2023 / 001 MÜCBİR SEBEP

Vergi Usul Kanununun 13. Maddesine göre mücbir sebep halleri;

  • Vergi ödevlerinden her hangi birinin yerine getirilmesine engel olacak derecede ağır kaza, ağır hastalık ve tutukluluk;
  • Vergi ödevlerinin yerine getirilmesine engel olacak yangın, yer sarsıntısı ve su basması gibi afetler;
  • Kişinin iradesi dışında vukua gelen mecburi gaybubetler;
  • Sahibinin iradesi dışındaki sebepler dolayısıyla defter ve vesikalarının elinden çıkmış bulunması;

gibi hallerdir.

“gibi” ifadesinden mücbir sebeplerin kanunda sayılanlarla sınırlı olmadığının anlaşılması gerekir. Zira kanunda tüm mücbir sebep hallerinin sayılması beklenemeyeceği gibi sayılsaydı uygulama alanı sayılanlarla sınırlı kalacaktı. Aynı sebepten dolayı vergi kanunlarında mücbir sebep tanımının yapılmadığını söyleyebiliriz. Her ne kadar kanunda sayılmasa da kasırga, yanardağ patlaması, don gibi doğa olayları ile savaş hatta darbe mücbir sebep hali olarak sayılabilir. Buradaki önemli husus olayın vergi ödevlerini yerine getirmeye engel olması, mükellefin bu etkiyi engelleyememesi ve olayın irade dışında gerçekleşmesidir.

Mücbir sebeplerle gecikmenin sürelere ve tarh zamanaşımına etkisi

VUK’un 15. Maddesine göre, mücbir sebeplerden her hangi birinin varlığı halinde bu sebep ortadan kalkıncaya kadar süreler işlemez. Bu takdirde tarh zamanaşımı işlemeyen süreler kadar uzar. VUK’un 114. Maddesine göre, vergi alacağının doğduğu takvim yılını takip eden yılın başından başlayarak beş yıl içinde tarh ve mükellefe tebliğ edilmeyen vergiler zamanaşımına uğrar.
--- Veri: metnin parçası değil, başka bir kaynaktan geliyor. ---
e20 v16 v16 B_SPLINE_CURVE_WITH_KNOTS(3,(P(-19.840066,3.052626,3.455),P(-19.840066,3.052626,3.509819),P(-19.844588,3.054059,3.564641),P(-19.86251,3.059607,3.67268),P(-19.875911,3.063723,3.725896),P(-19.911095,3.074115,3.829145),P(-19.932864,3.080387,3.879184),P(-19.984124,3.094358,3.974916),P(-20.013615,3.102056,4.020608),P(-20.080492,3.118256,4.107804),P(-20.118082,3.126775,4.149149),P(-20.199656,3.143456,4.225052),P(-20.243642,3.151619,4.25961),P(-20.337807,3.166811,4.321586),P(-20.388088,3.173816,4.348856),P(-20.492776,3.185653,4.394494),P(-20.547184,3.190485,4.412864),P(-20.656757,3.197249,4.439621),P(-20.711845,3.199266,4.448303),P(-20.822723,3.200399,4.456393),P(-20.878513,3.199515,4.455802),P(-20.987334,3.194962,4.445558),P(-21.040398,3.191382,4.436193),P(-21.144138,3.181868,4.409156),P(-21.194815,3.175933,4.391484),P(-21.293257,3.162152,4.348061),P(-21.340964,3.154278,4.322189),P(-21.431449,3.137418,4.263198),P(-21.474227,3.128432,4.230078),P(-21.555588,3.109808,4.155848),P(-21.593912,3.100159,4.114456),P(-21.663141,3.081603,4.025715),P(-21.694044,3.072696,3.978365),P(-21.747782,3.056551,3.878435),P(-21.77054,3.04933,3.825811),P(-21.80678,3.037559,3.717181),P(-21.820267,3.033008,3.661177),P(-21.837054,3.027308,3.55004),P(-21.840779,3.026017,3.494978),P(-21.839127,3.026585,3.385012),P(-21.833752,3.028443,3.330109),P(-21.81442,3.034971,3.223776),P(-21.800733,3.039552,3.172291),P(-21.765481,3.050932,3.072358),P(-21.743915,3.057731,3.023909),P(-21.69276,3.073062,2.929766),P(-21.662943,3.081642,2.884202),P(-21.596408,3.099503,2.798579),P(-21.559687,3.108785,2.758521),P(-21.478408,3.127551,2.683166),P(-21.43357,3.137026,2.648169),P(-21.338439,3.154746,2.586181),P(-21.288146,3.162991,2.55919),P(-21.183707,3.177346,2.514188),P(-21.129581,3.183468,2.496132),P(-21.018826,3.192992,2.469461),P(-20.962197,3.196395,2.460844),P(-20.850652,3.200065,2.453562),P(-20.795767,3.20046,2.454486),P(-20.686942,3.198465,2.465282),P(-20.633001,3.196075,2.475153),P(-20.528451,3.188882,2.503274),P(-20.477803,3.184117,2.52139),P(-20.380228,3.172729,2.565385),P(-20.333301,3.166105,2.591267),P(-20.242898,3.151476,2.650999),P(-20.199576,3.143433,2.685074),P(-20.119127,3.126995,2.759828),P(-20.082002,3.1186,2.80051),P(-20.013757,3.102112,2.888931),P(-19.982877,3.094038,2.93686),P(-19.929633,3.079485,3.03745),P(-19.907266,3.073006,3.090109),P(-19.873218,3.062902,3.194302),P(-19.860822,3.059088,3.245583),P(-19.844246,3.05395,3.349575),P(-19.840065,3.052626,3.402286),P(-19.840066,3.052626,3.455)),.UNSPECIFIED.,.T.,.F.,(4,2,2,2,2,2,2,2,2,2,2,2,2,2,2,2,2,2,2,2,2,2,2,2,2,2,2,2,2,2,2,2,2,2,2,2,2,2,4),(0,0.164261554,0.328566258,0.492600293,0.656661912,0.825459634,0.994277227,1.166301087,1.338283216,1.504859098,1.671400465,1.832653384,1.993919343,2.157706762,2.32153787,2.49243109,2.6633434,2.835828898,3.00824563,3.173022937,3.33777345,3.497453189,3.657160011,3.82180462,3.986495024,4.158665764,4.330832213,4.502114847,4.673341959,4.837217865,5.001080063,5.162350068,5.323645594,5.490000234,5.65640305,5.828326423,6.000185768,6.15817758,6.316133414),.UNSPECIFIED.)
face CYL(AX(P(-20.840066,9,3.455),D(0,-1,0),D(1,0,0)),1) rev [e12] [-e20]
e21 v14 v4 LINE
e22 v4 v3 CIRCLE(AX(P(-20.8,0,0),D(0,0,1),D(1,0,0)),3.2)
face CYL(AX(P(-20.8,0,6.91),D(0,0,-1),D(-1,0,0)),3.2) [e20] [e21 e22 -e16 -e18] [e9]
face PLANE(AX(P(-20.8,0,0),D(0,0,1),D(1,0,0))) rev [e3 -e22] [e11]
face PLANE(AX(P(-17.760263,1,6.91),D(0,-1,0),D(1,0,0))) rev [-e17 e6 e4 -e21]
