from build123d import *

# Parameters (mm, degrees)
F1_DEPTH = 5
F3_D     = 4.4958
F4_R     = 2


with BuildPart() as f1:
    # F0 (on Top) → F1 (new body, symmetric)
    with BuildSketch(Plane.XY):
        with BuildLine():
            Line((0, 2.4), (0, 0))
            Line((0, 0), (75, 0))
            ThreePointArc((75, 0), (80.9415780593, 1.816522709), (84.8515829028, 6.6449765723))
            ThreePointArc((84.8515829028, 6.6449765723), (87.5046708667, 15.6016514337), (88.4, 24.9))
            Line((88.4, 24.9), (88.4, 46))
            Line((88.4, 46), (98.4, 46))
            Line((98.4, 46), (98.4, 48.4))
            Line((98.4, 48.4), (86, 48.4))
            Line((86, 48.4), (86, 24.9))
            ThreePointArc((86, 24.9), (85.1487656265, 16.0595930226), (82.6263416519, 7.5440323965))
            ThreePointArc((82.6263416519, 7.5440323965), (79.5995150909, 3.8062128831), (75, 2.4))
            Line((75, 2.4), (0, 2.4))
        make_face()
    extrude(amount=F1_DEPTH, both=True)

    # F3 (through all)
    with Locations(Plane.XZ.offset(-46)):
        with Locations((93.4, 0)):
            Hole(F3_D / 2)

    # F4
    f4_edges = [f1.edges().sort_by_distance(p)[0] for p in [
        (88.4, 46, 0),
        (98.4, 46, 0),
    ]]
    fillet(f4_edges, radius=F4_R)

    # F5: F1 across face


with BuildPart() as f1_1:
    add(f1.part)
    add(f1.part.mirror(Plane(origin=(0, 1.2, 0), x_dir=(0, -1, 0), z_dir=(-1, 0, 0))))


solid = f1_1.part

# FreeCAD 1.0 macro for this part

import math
import FreeCAD as App
import Part
import Sketcher


def edges_at(feature, points):
    """Names of the edges that pass closest to the given points."""
    edges = feature.Shape.Edges
    near = lambda p: min(range(len(edges)), key=lambda i: edges[i].distToShape(Part.Vertex(*p))[0])
    return sorted({f"Edge{near(p) + 1}" for p in points})

doc = App.newDocument("Part")
body = doc.addObject("PartDesign::Body", "Body")

sketch1 = body.newObject("Sketcher::SketchObject", "Sketch")
sketch1.AttachmentSupport = (doc.getObject("XY_Plane"), [""])
sketch1.MapMode = "FlatFace"
sketch1.addGeometry([
    Part.LineSegment(App.Vector(0, 2.4, 0), App.Vector(0, 0, 0)),
    Part.LineSegment(App.Vector(0, 0, 0), App.Vector(75, 0, 0)),
    Part.ArcOfCircle(Part.Circle(App.Vector(75, 10.6, 0), App.Vector(0, 0, 1), 10.6), math.radians(-90), math.radians(-22)),
    Part.ArcOfCircle(Part.Circle(App.Vector(39.7, 24.9, 0), App.Vector(0, 0, 1), 48.7), math.radians(-22), math.radians(0)),
    Part.LineSegment(App.Vector(88.4, 24.9, 0), App.Vector(88.4, 46, 0)),
    Part.LineSegment(App.Vector(88.4, 46, 0), App.Vector(98.4, 46, 0)),
    Part.LineSegment(App.Vector(98.4, 46, 0), App.Vector(98.4, 48.4, 0)),
    Part.LineSegment(App.Vector(98.4, 48.4, 0), App.Vector(86, 48.4, 0)),
    Part.LineSegment(App.Vector(86, 48.4, 0), App.Vector(86, 24.9, 0)),
    Part.ArcOfCircle(Part.Circle(App.Vector(39.7, 24.9, 0), App.Vector(0, 0, 1), 46.3), math.radians(-22), math.radians(0)),
    Part.ArcOfCircle(Part.Circle(App.Vector(75, 10.6, 0), App.Vector(0, 0, 1), 8.2), math.radians(-90), math.radians(-22)),
    Part.LineSegment(App.Vector(75, 2.4, 0), App.Vector(0, 2.4, 0)),
], False)
sketch1.addConstraint([
    Sketcher.Constraint("Coincident", 0, 2, 1, 1),
    Sketcher.Constraint("Tangent", 1, 2, 2, 1),
    Sketcher.Constraint("Tangent", 2, 2, 3, 1),
    Sketcher.Constraint("Tangent", 3, 2, 4, 1),
    Sketcher.Constraint("Coincident", 4, 2, 5, 1),
    Sketcher.Constraint("Coincident", 5, 2, 6, 1),
    Sketcher.Constraint("Coincident", 6, 2, 7, 1),
    Sketcher.Constraint("Coincident", 7, 2, 8, 1),
    Sketcher.Constraint("Tangent", 8, 2, 9, 2),
    Sketcher.Constraint("Tangent", 9, 1, 10, 2),
    Sketcher.Constraint("Tangent", 10, 1, 11, 1),
    Sketcher.Constraint("Coincident", 11, 2, 0, 1),
    Sketcher.Constraint("Vertical", 0),
    Sketcher.Constraint("Horizontal", 1),
    Sketcher.Constraint("Vertical", 4),
    Sketcher.Constraint("Horizontal", 5),
    Sketcher.Constraint("Vertical", 6),
    Sketcher.Constraint("Horizontal", 7),
    Sketcher.Constraint("Vertical", 8),
    Sketcher.Constraint("Horizontal", 11),
    Sketcher.Constraint("Coincident", 0, 2, -1, 1),
    Sketcher.Constraint("Coincident", 9, 3, 3, 3),
    Sketcher.Constraint("Coincident", 10, 3, 2, 3),
    Sketcher.Constraint("Equal", 0, 6),
    Sketcher.Constraint("DistanceX", 1, 1, 1, 2, 75.0),
    Sketcher.Constraint("DistanceX", 5, 1, 5, 2, 10.0),
    Sketcher.Constraint("DistanceX", 7, 2, 7, 1, 12.4),
    Sketcher.Constraint("DistanceY", 4, 1, 4, 2, 21.1),
    Sketcher.Constraint("DistanceY", -1, 1, 4, 2, 46.0),
    Sketcher.Constraint("DistanceX", -1, 1, 7, 2, 86.0),
    Sketcher.Constraint("Radius", 2, 10.625274),
])
pad1 = body.newObject("PartDesign::Pad", "Pad")
pad1.Profile = sketch1
pad1.Length = 10
pad1.Midplane = True

sketch2 = body.newObject("Sketcher::SketchObject", "Sketch001")
sketch2.AttachmentSupport = (doc.getObject("XZ_Plane"), [""])
sketch2.MapMode = "FlatFace"
sketch2.AttachmentOffset = App.Placement(App.Vector(0, 0, -46), App.Rotation())
sketch2.addGeometry(Part.Circle(App.Vector(93.4, 0, 0), App.Vector(0, 0, 1), 2.2), False)
sketch2.addConstraint([
    Sketcher.Constraint("PointOnObject", 0, 3, -1),
    Sketcher.Constraint("Diameter", 0, 4.4958),
    Sketcher.Constraint("DistanceX", -1, 1, 0, 3, 93.4),
])
doc.recompute()
hole = body.newObject("PartDesign::Hole", "Hole")
hole.Profile = sketch2
hole.ThreadType = "None"
hole.Diameter = 4.4958
hole.DepthType = "ThroughAll"
doc.recompute()

fillet = body.newObject("PartDesign::Fillet", "Fillet")
fillet.Base = (hole, edges_at(hole, [(88.4, 46, 0), (98.4, 46, 0)]))
fillet.Radius = 2
body2 = doc.addObject("PartDesign::Body", "Body001")
doc.recompute()

body2.BaseFeature = body
doc.recompute()

mirroring = doc.addObject("Part::Mirroring", "Mirroring")
mirroring.Source = body
mirroring.Base = App.Vector(0, 1.2, 0)
mirroring.Normal = App.Vector(-1, 0, 0)
body3 = doc.addObject("PartDesign::Body", "Body002")
body3.BaseFeature = mirroring
boolean = body2.newObject("PartDesign::Boolean", "Boolean")
boolean.Type = "Fuse"
boolean.addObjects([body3])
doc.recompute()
mirroring.Visibility = False

doc.recompute()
Zamanaşımının durmasından kasıt, mücbir sebep halinin meydana geldiği ana kadar işlemiş olan zamanaşımı süresinin işlediği noktada durması, mücbir sebep halinin ortadan kalktığı andan itibaren kaldığı yerden işlemeye devam etmesidir. Başka bir ifadeyle işlemiş süreler dikkate alınarak kalan süre için zamanaşımı işlemeye devam eder.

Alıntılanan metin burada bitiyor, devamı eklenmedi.